Dear Paola,
Thank you very much for your patient replies!
However, I have still a question about the naming convention of the polar angle.
It's clear about the meaning of zero polar angle and the 180 degrees polar angle, namely the forward direction and the backward direction, respectively.
However, for the perpendicular direction to the beam, there should be two directions, 90 degrees and 270 degrees. So where is the 270 degrees?
I guess FLUKA makes a symmetry treatment for the polar angle. The particles emitted in the perpendicular direction to the beam, whatever 90 degrees and 270 degrees, are classified to a same polar angle. Is it true?

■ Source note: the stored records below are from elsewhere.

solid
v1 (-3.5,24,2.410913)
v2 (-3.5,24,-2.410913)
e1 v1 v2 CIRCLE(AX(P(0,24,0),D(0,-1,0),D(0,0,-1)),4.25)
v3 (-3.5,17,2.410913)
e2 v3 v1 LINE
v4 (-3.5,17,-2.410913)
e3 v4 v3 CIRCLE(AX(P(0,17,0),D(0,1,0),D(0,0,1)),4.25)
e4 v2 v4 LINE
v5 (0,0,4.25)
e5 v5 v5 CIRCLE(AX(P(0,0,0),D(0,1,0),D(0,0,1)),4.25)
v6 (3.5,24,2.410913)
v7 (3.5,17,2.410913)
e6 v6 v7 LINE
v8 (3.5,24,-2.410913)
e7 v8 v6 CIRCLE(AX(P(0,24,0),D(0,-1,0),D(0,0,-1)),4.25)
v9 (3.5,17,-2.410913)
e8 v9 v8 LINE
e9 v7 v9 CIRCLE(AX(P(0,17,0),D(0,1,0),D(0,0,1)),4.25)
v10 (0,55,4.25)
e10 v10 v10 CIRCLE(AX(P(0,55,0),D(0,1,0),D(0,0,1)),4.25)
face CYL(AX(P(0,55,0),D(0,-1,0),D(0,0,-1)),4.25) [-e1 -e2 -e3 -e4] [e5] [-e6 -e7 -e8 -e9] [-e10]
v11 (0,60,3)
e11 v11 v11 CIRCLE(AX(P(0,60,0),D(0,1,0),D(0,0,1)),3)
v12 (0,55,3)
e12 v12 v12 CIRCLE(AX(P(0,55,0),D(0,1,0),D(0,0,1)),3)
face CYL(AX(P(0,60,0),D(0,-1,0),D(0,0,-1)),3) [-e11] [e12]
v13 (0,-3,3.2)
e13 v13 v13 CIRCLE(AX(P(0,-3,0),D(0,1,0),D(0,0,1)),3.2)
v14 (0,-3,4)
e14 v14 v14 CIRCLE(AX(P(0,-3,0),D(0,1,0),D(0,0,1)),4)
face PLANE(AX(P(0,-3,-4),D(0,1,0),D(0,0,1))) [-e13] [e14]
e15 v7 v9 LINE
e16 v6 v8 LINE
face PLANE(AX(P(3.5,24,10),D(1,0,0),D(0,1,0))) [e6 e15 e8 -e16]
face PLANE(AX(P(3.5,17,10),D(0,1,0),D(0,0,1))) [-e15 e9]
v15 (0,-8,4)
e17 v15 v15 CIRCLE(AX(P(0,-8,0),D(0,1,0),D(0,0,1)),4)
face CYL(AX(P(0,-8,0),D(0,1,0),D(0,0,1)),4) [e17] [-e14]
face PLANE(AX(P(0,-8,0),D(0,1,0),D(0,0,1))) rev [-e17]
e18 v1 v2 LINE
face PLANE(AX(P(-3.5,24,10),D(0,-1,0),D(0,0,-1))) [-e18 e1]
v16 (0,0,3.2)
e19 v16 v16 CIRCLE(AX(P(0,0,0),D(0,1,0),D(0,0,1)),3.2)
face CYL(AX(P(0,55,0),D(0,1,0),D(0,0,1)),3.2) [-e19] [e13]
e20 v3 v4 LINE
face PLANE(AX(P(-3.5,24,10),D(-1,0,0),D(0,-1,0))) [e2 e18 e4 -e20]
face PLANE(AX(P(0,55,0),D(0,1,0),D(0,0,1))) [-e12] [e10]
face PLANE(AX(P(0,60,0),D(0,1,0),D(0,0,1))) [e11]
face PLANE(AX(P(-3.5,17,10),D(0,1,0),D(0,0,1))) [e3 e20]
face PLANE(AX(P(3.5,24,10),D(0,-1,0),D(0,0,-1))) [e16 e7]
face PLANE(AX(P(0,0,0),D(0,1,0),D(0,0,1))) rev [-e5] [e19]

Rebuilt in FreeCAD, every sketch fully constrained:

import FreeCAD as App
import Part
import Sketcher
from FreeCAD import Vector


def add_polygon(sketch, points):
    """Adds a closed chain of lines whose ends are joined by coincident constraints."""
    first, n = sketch.GeometryCount, len(points)
    for a, b in zip(points, points[1:] + points[:1]):
        sketch.addGeometry(Part.LineSegment(App.Vector(*a, 0), App.Vector(*b, 0)), False)
    for i in range(n):
        sketch.addConstraint(Sketcher.Constraint("Coincident", first + i, 2, first + (i + 1) % n, 1))

doc = App.newDocument("Part")
params = doc.addObject("Spreadsheet::Sheet", "Params")
for row, (alias, value) in enumerate([
    ("sketch1_diameter", "8.5 mm"),
    ("pad1_length", "55 mm"),
    ("sketch2_diameter", "6 mm"),
    ("pad2_length", "5 mm"),
    ("sketch3_height", "7 mm"),
    ("sketch3_width", "0.75 mm"),
    ("sketch4_diameter", "8 mm"),
    ("pad3_length", "8 mm"),
    ("sketch5_width", "3 mm"),
    ("sketch5_height", "0.8 mm"),
    ("groove_angle", "360 deg"),
], start=1):
    params.set(f"A{row}", alias)
    params.set(f"B{row}", "=" + value)
    params.setAlias(f"B{row}", alias)

body = doc.addObject("PartDesign::Body", "Body")

sketch1 = doc.addObject("Sketcher::SketchObject", "Sketch")
body.addObject(sketch1)
sketch1.AttachmentSupport = (doc.XZ_Plane, [""])
sketch1.MapMode = "FlatFace"
sketch1.addGeometry(Part.Circle(Vector(0, 0, 0), Vector(0, 0, 1), 4.2), False)
sketch1.addConstraint([
    Sketcher.Constraint("Coincident", 0, 3, -1, 1),
    Sketcher.Constraint("Diameter", 0, 8.5),
])
sketch1.setExpression("Constraints[1]", "Params.sketch1_diameter")
pad1 = doc.addObject("PartDesign::Pad", "Pad")
body.addObject(pad1)
pad1.Profile = sketch1
pad1.setExpression("Length", "Params.pad1_length")
pad1.Reversed = True

sketch2 = doc.addObject("Sketcher::SketchObject", "Sketch001")
body.addObject(sketch2)
sketch2.AttachmentSupport = (doc.XZ_Plane, [""])
sketch2.MapMode = "FlatFace"
sketch2.AttachmentOffset = App.Placement(Vector(0, 0, -55), App.Rotation())
sketch2.addGeometry(Part.Circle(Vector(0, 0, 0), Vector(0, 0, 1), 3), False)
sketch2.addConstraint([
    Sketcher.Constraint("Coincident", 0, 3, -1, 1),
    Sketcher.Constraint("Diameter", 0, 6.0),
])
sketch2.setExpression("Constraints[1]", "Params.sketch2_diameter")
pad2 = doc.addObject("PartDesign::Pad", "Pad001")
body.addObject(pad2)
pad2.Profile = sketch2
pad2.setExpression("Length", "Params.pad2_length")
pad2.Reversed = True

sketch3 = doc.addObject("Sketcher::SketchObject", "Sketch002")
body.addObject(sketch3)
sketch3.AttachmentSupport = (doc.XY_Plane, [""])
sketch3.MapMode = "FlatFace"
add_polygon(sketch3, [(-4.2, 24), (-4.2, 17), (-3.5, 17), (-3.5, 24)])
add_polygon(sketch3, [(3.5, 24), (3.5, 17), (4.2, 17), (4.2, 24)])
sketch3.addConstraint([
    Sketcher.Constraint("Vertical", 0),
    Sketcher.Constraint("Horizontal", 1),
    Sketcher.Constraint("Vertical", 2),
    Sketcher.Constraint("Horizontal", 3),
    Sketcher.Constraint("Vertical", 4),
    Sketcher.Constraint("Horizontal", 5),
    Sketcher.Constraint("Vertical", 6),
    Sketcher.Constraint("Horizontal", 7),
    Sketcher.Constraint("Symmetric", 1, 2, 4, 2, -2),
    Sketcher.Constraint("Symmetric", 3, 2, 6, 2, -2),
    Sketcher.Constraint("DistanceY", 0, 2, 0, 1, 7.0),
    Sketcher.Constraint("DistanceY", -1, 1, 0, 2, 17.0),
    Sketcher.Constraint("DistanceX", 1, 2, 4, 2, 7.0),
    Sketcher.Constraint("DistanceX", 1, 1, 1, 2, 0.75),
])
sketch3.setExpression("Constraints[18]", "Params.sketch3_height")
sketch3.setExpression("Constraints[21]", "Params.sketch3_width")
pocket1 = doc.addObject("PartDesign::Pocket", "Pocket")
body.addObject(pocket1)
pocket1.Profile = sketch3
pocket1.Type = "ThroughAll"
pocket1.Midplane = True

sketch4 = doc.addObject("Sketcher::SketchObject", "Sketch003")
body.addObject(sketch4)
sketch4.AttachmentSupport = (doc.XZ_Plane, [""])
sketch4.MapMode = "FlatFace"
sketch4.addGeometry(Part.Circle(Vector(0, 0, 0), Vector(0, 0, 1), 4), False)
sketch4.addConstraint([
    Sketcher.Constraint("Coincident", 0, 3, -1, 1),
    Sketcher.Constraint("Diameter", 0, 8.0),
])
sketch4.setExpression("Constraints[1]", "Params.sketch4_diameter")
pad3 = doc.addObject("PartDesign::Pad", "Pad002")
body.addObject(pad3)
pad3.Profile = sketch4
pad3.setExpression("Length", "Params.pad3_length")

sketch5 = doc.addObject("Sketcher::SketchObject", "Sketch004")
body.addObject(sketch5)
sketch5.AttachmentSupport = (doc.YZ_Plane, [""])
sketch5.MapMode = "FlatFace"
add_polygon(sketch5, [(0, -3.2), (-3, -3.2), (-3, -4), (0, -4)])
sketch5.addConstraint([
    Sketcher.Constraint("Horizontal", 0),
    Sketcher.Constraint("Vertical", 1),
    Sketcher.Constraint("Horizontal", 2),
    Sketcher.Constraint("Vertical", 3),
    Sketcher.Constraint("PointOnObject", 2, 2, -2),
    Sketcher.Constraint("DistanceX", 0, 2, 0, 1, 3.0),
    Sketcher.Constraint("DistanceY", 1, 2, 1, 1, 0.8),
    Sketcher.Constraint("DistanceY", 1, 2, -1, 1, 4.0),
])
sketch5.setExpression("Constraints[9]", "Params.sketch5_width")
sketch5.setExpression("Constraints[10]", "Params.sketch5_height")
groove = doc.addObject("PartDesign::Groove", "Groove")
body.addObject(groove)
groove.Profile = sketch5
groove.ReferenceAxis = (sketch5, ["H_Axis"])
groove.setExpression("Angle", "Params.groove_angle")

doc.recompute()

Many thanks again and hope get your replies!
Zhiyuan
> -----原始邮件-----
> 发件人: "Paola Sala" <paola.sala_at_mi.infn.it>
> 发送时间: 2020-10-13 14:49:38 (星期二)
> 收件人: "\"梅志远\"" <meizhiyuan_at_hust.edu.cn>
> 抄送: "fluka discuss" <fluka-discuss_at_fluka.org>
> 主题: Re: [fluka-discuss]: Puzzles about the polar angle in USRYIELD card
>
> Hello
> maybe there is a problem of naming convention.
> the polar angle is the angle between the direction of the particle and the
> direction of the beam. If the particle is emitted in the forward direction
> along the beam axis, it has zero polar angle. If emitted in a direction
> perprndicular to the beam, it has 90 degrees (pi) angle. Uf totally
> backward--> 180 degrees or 2pi.
> The 4pi is the total solid angle, where the additional 2pi comes from the
> integration on the azimuthal angle, the one measured in the plane
> perpendicular to the beam.
> Hope this helps
> Paola
> > Dear FLUKA experts,I want to obtain the photon yield around a Cu target
> > shot by an electron beam. I'd like to plot the yield with an angular
> > distribution. So I use the USRYIELD card.
> >
> >
> >
> >
> > I indeed get a plot as shown below. But I'm puzzled about the definition
> > of the polar angle, namely the X axis of the plot.
> >
> >
> >
> >
> > (1) Yes, I know the Upper limit of the polar angle is forced to π, why?
> > why not the natural upper limit of polar angle, 2π? In my opinion, the
> > maximal polar angle should be 2π to cover the full angular distribution.
> > For a polar angle of π, only half the angular distribution is obtained.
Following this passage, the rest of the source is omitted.